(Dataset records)
====
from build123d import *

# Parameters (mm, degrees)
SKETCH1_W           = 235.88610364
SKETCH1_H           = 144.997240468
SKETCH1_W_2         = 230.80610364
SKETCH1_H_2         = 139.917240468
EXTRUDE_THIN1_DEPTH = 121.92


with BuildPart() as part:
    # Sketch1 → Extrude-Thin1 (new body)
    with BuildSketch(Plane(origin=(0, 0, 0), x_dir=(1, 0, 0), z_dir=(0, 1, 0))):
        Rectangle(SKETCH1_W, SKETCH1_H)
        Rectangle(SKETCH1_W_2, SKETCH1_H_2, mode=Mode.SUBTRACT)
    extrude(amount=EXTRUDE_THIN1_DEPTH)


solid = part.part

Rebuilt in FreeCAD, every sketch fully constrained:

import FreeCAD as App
import Part
import Sketcher
from FreeCAD import Vector
Q = App.Units.Quantity


def add_polygon(sketch, points):
    """Adds a closed chain of lines whose ends are joined by coincident constraints."""
    first, n = sketch.GeometryCount, len(points)
    for a, b in zip(points, points[1:] + points[:1]):
        sketch.addGeometry(Part.LineSegment(App.Vector(*a, 0), App.Vector(*b, 0)), False)
    for i in range(n):
        sketch.addConstraint(Sketcher.Constraint("Coincident", first + i, 2, first + (i + 1) % n, 1))

doc = App.newDocument("Part")
body = doc.addObject("PartDesign::Body", "Body")

# Sketch on XZ plane
sketch1 = body.newObject("Sketcher::SketchObject", "Sketch")
sketch1.AttachmentSupport = (doc.getObject("XZ_Plane"), [""])
sketch1.MapMode = "FlatFace"
add_polygon(sketch1, [(-117.943052, -72.49862), (-117.943052, 72.49862), (117.943052, 72.49862), (117.943052, -72.49862)])  # lines 0-3
add_polygon(sketch1, [(115.403052, 69.95862), (-115.403052, 69.95862), (-115.403052, -69.95862), (115.403052, -69.95862)])  # lines 4-7
sketch1.addConstraint([
    Sketcher.Constraint("Vertical", 0),
    Sketcher.Constraint("Horizontal", 1),
    Sketcher.Constraint("Vertical", 2),
    Sketcher.Constraint("Horizontal", 3),
    Sketcher.Constraint("Horizontal", 4),
    Sketcher.Constraint("Vertical", 5),
    Sketcher.Constraint("Horizontal", 6),
    Sketcher.Constraint("Vertical", 7),
    Sketcher.Constraint("Symmetric", 0, 2, 2, 2, -1, 1),
    Sketcher.Constraint("Symmetric", 4, 2, 6, 2, -1, 1),
    Sketcher.Constraint("DistanceX", 0, 2, 4, 2, Q("0.1 in")),
    Sketcher.Constraint("DistanceY", 4, 2, 0, 2, Q("0.1 in")),
    Sketcher.Constraint("DistanceY", 0, 1, 0, 2, 144.99724),
    Sketcher.Constraint("DistanceX", 1, 1, 1, 2, 235.886104),
])
pad1 = body.newObject("PartDesign::Pad", "Pad")
pad1.Profile = sketch1
pad1.Length = Q("4.8 in")
pad1.Reversed = True

doc.recompute()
====
TASK STATEMENT: An exact copy of the lines above, from the one containing "# Parameters (mm, degrees)" through the one containing "Rebuilt in FreeCAD, every", is the whole of the answer.

WRITTEN ANSWER:
# Parameters (mm, degrees)
SKETCH1_W           = 235.88610364
SKETCH1_H           = 144.997240468
SKETCH1_W_2         = 230.80610364
SKETCH1_H_2         = 139.917240468
EXTRUDE_THIN1_DEPTH = 121.92


with BuildPart() as part:
    # Sketch1 → Extrude-Thin1 (new body)
    with BuildSketch(Plane(origin=(0, 0, 0), x_dir=(1, 0, 0), z_dir=(0, 1, 0))):
        Rectangle(SKETCH1_W, SKETCH1_H)
        Rectangle(SKETCH1_W_2, SKETCH1_H_2, mode=Mode.SUBTRACT)
    extrude(amount=EXTRUDE_THIN1_DEPTH)


solid = part.part

Rebuilt in FreeCAD, every sketch fully constrained:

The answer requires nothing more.